Wednesday, September 19, 2012

Scone, Perthshire


“So thanks to all at once and to each one,
Whom we invite to see us crown'd at Scone.”
William Shakespeare - Macbeth

I hate Macbeth! I hate teaching it, I hated learning about it, I didn’t get it, I still don’t.  It’s got certain charm as a piece of propaganda though. Way to make the boss look good!  The reason I mention Macbeth at all, is because I've never been quite sure how to pronounce Scone.  I should know, they are the final words of the terrible thing!  Turns out the place is pronounced quite differently to the thing you serve with jam and clotted cream - Skoon. 
Moot Hill
Scone is the ancient crowning place of Scottish Kings, including the much maligned Macbeth.  Legend has it the men coming to pay homage to their liege would shake the soil from their boots.  Over millennia this dirt became Moot Hill, on which a replica of the Stone of Scone now sits.  This place, which should evoke something of this long history, is rather incongruously placed within the gently manicured lawns of the Earls of Mansfield.
The Stone of Scone has been a pawn at the centre of Scottish/English history for more than 800 years no longer rests under King Edward’s Chair in Westminster Abbey.  It now sits safely in Edinburgh Castle.  It's almost home.  


Sunday, September 9, 2012

Pitlochry Highland Games

I like Pitlochry.  It’s a small Victorian town in the middle of Scotland with not much more than its charm and its location to work with.  It seems to be punching above its weight.  There’s a festival theatre, a salmon ladder, mountain walks, the smallest distillery in Scotland, highland nights, the odd ceilidh, numerous cafes – one of which serves pancakes with bacon and maple syrup, and a whopping number of events. 

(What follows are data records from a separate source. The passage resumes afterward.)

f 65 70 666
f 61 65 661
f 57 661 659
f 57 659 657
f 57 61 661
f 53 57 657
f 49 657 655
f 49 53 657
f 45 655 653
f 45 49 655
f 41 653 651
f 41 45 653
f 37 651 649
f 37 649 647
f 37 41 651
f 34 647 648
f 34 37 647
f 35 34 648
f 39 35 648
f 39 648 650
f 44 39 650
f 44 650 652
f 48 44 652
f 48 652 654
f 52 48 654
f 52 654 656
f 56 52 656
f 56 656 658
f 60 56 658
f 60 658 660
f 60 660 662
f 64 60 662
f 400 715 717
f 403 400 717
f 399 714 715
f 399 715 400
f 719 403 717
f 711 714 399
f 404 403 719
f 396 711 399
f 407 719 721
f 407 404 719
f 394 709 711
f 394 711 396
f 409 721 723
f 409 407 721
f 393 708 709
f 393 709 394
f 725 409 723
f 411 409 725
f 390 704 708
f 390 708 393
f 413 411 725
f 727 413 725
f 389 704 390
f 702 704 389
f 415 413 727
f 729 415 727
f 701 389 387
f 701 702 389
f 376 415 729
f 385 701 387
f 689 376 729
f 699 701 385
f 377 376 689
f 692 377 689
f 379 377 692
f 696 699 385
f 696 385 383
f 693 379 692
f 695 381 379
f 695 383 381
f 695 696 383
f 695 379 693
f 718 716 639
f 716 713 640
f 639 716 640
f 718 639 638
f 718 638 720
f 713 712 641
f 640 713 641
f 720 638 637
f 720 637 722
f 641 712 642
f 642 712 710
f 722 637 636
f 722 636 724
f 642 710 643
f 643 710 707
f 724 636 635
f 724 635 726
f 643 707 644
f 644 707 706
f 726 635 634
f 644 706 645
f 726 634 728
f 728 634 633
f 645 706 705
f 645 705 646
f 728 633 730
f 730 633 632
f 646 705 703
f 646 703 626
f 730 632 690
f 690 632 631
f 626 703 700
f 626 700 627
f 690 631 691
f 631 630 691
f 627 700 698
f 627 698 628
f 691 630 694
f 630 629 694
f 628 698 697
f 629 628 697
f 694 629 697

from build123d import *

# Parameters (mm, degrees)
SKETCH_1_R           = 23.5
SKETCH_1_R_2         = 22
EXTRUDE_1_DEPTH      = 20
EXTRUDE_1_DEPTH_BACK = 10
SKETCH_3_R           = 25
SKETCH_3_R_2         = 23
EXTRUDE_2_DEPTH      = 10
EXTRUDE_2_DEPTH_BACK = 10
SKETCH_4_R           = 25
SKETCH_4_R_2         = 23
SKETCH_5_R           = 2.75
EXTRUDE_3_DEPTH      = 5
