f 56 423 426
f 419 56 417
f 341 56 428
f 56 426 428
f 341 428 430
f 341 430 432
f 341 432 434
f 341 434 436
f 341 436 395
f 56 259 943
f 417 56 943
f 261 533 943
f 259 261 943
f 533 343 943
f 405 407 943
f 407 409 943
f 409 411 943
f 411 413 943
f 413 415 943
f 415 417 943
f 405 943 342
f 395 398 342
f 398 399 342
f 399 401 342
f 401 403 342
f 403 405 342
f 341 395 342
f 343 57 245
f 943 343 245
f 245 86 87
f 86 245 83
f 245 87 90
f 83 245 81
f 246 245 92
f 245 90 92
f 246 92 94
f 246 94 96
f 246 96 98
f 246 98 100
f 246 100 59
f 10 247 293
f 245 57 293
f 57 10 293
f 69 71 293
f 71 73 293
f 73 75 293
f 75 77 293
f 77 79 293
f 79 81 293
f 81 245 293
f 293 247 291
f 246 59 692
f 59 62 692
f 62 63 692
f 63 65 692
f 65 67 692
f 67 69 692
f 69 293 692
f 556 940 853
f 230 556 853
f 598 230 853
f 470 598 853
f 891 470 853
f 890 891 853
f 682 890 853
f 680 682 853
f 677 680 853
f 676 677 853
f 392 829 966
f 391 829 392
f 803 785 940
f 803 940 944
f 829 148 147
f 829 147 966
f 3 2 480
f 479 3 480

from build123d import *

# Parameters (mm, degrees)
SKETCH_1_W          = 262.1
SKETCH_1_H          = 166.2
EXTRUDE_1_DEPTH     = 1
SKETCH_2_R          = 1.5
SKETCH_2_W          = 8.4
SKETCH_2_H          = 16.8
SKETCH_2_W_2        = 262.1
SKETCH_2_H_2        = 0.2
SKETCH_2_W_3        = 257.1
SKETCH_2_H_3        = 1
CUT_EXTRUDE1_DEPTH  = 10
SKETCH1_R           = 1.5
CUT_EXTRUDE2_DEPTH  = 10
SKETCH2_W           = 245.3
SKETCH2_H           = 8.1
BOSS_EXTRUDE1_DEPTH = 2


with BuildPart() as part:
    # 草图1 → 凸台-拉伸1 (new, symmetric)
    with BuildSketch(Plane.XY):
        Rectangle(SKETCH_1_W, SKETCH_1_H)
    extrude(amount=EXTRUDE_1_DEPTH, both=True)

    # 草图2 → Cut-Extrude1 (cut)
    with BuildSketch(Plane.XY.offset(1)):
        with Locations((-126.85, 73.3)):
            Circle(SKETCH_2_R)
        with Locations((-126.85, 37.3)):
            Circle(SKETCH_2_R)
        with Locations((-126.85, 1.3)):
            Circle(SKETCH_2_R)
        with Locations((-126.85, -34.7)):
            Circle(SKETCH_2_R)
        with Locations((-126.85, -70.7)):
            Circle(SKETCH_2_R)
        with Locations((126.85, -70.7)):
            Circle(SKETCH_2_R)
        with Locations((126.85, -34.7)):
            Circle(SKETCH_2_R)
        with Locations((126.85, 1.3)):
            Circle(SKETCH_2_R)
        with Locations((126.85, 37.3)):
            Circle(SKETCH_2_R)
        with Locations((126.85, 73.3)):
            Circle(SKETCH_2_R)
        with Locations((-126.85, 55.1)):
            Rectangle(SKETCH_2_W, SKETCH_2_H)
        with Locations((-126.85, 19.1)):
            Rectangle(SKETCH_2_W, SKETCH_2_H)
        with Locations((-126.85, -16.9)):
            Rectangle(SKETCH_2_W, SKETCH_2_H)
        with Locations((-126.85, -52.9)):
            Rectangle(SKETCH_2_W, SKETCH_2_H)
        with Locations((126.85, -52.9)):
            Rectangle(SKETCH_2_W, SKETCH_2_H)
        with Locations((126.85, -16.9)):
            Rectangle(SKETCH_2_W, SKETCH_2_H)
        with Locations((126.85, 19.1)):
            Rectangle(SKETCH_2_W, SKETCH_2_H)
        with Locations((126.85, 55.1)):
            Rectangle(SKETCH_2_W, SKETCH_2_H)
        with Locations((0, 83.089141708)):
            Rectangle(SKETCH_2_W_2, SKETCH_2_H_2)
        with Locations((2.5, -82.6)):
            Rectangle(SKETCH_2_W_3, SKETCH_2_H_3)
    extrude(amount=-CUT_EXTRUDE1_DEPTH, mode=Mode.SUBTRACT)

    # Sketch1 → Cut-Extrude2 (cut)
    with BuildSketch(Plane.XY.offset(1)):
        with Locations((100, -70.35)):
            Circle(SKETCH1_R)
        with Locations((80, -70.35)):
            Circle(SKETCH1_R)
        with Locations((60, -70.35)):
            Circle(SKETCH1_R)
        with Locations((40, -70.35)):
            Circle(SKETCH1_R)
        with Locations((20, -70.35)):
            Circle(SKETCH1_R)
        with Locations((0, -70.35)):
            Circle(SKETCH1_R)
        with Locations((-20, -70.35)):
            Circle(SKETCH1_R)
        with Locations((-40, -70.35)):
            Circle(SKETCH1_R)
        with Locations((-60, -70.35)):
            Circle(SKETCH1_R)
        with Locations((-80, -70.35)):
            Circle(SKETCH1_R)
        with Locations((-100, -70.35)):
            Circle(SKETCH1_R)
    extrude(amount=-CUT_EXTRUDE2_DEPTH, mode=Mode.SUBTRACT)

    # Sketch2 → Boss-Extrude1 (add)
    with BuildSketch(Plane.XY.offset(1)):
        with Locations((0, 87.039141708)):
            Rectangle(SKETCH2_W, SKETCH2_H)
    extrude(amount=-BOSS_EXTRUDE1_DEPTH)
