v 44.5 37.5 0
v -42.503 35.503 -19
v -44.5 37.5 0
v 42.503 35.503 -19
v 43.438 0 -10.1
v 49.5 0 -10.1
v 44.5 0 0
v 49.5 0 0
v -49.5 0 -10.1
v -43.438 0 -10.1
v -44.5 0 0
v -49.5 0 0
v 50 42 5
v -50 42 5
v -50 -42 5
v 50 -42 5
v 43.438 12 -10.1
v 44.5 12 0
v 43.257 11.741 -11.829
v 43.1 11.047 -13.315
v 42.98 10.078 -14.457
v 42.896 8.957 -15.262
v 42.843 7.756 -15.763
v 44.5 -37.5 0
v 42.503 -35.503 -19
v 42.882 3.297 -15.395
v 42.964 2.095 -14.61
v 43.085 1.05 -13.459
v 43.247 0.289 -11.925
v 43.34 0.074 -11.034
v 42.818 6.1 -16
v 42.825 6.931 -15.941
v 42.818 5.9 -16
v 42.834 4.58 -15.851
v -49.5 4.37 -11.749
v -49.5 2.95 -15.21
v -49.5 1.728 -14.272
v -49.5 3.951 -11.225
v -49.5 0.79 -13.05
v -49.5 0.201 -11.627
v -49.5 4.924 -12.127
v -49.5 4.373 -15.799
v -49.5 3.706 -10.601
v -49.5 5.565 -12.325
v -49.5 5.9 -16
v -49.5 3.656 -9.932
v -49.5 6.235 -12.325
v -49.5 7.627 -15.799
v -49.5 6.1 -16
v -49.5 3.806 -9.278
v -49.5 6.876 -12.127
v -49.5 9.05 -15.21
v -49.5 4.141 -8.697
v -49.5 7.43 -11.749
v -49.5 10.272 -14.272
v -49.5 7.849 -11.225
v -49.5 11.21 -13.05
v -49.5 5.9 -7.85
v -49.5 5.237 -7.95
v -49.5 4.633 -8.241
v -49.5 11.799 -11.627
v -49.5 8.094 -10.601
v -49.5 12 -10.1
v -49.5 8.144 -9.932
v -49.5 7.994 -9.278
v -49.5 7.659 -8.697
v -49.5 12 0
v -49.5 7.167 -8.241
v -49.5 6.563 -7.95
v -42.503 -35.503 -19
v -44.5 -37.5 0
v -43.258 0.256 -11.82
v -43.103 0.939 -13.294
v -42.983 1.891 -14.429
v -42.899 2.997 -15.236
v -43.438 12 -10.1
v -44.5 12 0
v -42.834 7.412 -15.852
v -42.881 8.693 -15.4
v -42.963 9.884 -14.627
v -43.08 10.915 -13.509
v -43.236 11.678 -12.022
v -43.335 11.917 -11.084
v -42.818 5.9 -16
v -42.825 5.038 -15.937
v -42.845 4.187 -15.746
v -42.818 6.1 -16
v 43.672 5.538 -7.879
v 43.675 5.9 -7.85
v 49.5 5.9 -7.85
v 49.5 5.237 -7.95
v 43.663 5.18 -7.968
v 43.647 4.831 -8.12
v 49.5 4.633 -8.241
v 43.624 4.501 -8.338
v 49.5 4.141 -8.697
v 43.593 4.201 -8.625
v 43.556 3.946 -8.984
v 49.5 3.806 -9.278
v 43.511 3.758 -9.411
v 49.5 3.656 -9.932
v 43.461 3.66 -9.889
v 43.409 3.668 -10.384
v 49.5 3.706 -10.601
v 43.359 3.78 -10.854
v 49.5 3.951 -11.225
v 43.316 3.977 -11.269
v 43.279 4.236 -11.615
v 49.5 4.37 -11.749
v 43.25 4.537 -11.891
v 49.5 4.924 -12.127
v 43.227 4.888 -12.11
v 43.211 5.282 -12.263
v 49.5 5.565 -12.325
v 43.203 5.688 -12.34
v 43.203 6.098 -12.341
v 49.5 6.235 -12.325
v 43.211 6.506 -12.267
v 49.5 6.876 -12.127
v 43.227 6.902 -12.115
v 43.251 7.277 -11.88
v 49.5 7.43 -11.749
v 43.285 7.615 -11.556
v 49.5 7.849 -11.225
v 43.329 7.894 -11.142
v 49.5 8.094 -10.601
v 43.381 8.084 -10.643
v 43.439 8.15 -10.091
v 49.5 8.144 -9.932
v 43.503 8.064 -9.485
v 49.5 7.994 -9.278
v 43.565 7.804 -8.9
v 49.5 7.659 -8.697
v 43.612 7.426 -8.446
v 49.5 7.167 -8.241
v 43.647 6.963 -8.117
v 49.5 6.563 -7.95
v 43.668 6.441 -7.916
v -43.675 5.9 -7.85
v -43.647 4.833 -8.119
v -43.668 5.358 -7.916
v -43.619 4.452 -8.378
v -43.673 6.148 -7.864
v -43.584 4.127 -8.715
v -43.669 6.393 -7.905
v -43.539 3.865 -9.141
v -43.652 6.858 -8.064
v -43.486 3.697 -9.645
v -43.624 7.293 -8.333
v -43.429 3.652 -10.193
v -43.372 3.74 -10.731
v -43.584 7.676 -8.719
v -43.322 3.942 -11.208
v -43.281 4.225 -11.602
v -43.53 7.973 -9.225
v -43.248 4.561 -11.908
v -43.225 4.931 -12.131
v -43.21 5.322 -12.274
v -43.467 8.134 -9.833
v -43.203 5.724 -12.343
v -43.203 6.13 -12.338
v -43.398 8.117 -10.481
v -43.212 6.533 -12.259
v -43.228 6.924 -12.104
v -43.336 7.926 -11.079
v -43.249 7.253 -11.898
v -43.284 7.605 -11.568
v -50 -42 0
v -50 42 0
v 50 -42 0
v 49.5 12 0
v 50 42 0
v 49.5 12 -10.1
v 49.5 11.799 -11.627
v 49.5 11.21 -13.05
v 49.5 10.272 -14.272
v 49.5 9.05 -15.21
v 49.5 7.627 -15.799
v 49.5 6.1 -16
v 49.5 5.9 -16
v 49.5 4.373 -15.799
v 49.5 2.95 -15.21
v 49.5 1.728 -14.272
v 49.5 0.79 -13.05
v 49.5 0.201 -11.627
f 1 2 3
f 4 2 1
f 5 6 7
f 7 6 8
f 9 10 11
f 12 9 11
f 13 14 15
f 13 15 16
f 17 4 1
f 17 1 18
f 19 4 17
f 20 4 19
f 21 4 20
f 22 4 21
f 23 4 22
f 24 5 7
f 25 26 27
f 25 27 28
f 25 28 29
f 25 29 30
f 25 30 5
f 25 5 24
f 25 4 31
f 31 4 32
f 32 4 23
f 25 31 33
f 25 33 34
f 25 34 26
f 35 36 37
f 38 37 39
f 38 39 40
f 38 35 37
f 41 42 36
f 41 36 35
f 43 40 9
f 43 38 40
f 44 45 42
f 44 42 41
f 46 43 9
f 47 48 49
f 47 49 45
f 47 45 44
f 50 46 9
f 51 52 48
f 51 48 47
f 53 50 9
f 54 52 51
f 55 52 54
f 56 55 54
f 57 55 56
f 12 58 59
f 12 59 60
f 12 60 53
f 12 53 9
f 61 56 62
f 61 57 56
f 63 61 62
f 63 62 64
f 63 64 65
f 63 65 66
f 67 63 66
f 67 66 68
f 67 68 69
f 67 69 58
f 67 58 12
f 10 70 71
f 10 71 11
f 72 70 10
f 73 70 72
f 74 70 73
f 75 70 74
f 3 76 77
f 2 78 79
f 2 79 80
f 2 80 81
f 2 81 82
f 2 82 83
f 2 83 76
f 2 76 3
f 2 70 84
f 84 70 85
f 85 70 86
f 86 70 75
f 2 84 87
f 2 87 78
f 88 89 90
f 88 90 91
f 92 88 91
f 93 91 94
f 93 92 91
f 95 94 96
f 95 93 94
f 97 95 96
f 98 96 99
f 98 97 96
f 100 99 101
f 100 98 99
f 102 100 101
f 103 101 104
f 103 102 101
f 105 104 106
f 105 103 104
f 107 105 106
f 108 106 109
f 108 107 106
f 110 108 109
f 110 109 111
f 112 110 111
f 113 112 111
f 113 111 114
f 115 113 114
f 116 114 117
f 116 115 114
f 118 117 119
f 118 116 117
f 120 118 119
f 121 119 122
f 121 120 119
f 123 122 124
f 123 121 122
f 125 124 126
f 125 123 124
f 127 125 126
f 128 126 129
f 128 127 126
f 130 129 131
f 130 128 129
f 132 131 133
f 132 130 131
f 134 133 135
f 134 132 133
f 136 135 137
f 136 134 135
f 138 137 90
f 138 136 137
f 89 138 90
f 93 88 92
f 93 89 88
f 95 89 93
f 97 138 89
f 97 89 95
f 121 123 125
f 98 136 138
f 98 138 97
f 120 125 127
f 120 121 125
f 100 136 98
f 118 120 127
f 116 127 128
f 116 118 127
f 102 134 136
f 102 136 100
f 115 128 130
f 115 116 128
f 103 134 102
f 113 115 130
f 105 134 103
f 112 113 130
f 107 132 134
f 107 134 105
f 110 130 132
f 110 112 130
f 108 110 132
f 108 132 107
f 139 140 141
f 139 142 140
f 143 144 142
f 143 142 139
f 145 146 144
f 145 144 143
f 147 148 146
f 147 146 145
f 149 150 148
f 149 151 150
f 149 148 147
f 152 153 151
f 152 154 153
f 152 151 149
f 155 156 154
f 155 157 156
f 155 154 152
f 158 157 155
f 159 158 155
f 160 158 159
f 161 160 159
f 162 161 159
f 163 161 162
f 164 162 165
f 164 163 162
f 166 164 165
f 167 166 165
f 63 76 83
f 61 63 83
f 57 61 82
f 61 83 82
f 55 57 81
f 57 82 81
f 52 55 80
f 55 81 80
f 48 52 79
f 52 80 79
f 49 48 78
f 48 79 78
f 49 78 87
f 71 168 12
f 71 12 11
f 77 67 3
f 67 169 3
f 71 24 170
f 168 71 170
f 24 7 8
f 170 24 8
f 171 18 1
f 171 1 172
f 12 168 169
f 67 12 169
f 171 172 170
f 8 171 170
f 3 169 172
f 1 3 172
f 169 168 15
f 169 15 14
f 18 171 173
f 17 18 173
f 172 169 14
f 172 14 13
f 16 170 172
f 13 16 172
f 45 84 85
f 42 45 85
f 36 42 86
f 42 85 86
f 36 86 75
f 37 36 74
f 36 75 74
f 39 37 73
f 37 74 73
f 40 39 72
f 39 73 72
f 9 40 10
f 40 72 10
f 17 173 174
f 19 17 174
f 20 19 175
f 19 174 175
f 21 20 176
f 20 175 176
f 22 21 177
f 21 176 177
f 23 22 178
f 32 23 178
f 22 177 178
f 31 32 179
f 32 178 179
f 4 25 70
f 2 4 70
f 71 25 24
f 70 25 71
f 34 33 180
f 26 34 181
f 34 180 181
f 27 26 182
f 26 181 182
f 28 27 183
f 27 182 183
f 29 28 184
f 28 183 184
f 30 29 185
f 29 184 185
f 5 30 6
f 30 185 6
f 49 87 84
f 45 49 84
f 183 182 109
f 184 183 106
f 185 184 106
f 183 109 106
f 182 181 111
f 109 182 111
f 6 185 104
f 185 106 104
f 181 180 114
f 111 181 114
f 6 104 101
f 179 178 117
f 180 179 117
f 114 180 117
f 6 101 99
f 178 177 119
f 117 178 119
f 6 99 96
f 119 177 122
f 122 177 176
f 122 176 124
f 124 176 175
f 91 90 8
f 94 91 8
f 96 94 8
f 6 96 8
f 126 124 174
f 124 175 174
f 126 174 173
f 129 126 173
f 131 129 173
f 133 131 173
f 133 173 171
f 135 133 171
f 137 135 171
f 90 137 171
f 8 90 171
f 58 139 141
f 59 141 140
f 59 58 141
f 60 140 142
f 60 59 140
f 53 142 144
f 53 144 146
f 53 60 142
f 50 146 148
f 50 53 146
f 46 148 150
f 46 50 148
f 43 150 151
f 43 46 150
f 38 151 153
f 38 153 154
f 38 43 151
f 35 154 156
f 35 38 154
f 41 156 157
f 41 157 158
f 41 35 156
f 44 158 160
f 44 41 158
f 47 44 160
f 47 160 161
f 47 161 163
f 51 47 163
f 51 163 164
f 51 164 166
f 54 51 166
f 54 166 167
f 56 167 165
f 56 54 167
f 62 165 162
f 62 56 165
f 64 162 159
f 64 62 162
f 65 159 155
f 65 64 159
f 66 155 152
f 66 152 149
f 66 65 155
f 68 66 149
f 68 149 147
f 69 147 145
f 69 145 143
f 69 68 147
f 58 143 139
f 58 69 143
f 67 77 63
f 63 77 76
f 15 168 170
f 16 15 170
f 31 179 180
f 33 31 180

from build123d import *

# Parameters (mm, degrees)
CROQUIS1_W              = 100
CROQUIS1_H              = 84
SALIENTE_EXTRUIR1_DEPTH = 5
CROQUIS2_W              = 89
CROQUIS2_H              = 75
SALIENTE_EXTRUIR2_DEPTH = 19
SALIENTE_EXTRUIR2_TAPER = 6
CROQUIS3_R              = 2.25
SALIENTE_EXTRUIR3_DEPTH = 49.5


with BuildPart() as part:
    # Croquis1 → Saliente-Extruir1 (new body)
    with BuildSketch(Plane.XY):
        Rectangle(CROQUIS1_W, CROQUIS1_H)
    extrude(amount=SALIENTE_EXTRUIR1_DEPTH)

    # Croquis2 → Saliente-Extruir2 (add)
    with BuildSketch(Plane(origin=(0, 0, 0), x_dir=(-1, 0, 0), z_dir=(0, 0, -1))):
        Rectangle(CROQUIS2_W, CROQUIS2_H)
    extrude(amount=SALIENTE_EXTRUIR2_DEPTH, taper=SALIENTE_EXTRUIR2_TAPER)

    # Croquis3 → Saliente-Extruir3 (add, symmetric)
    with BuildSketch(Plane(origin=(0, 0, 0), x_dir=(0, 0, -1), z_dir=(1, 0, 0))):
        with BuildLine():
            Line((0, 12), (10.1, 12))
            ThreePointArc((10.1, 12), (14.271930009, 10.271930009), (16, 6.1))
            Line((16, 6.1), (16, 5.9))
            ThreePointArc((16, 5.9), (14.271930009, 1.728069991), (10.1, 0))
            Line((10.1, 0), (0, 0))
            Line((0, 0), (0, 12))
        make_face()
        with Locations(Location((10.1, 5.9, 0), (0, 0, 180))):
            Circle(CROQUIS3_R, mode=Mode.SUBTRACT)
    extrude(amount=SALIENTE_EXTRUIR3_DEPTH, both=True)


solid = part.part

I’d been jumping around all week talking about the highland games.  I’d indulged in some puerile sniggering about caber tossing – is one called a caber tosser? But really, I was looking forward to something familiar, but in a more traditional setting.  In Paeroa, New Zealand there are highland games once a year.  It’s a huge event with pipe bands coming from around the country.  People I’ve known my whole life organise it.  It’s lovely; though I can’t remember the last time I went.
This one was at once similar, and remarkably different.  It had the same events; the same banter over the tannoy, even the burger stall seemed to be selling the same things...though I’d imagine these days Paeroa would be selling something more exotic.
What was different was, of course, that this is Scotland.  It’s not the offspring of the diaspora re-enacting the games.  It has been going on since 1852.  I don’t care what you Europeans think; that’s an awfully long time. 

Small towns being what they are, virtually the first people I saw were ones I already knew.  They, I’m quite sure, thought I was crazy to be quite so enthusiastic about the day.  They’ve not known me long enough to know that I love a tradition, that I love to find out the history of events like this, that the idea of a community creating an event that has lasted for more than a century is astonishing.  There were people from far away, that’s true, and probably none so from so far away as me, but it did feel like a local event.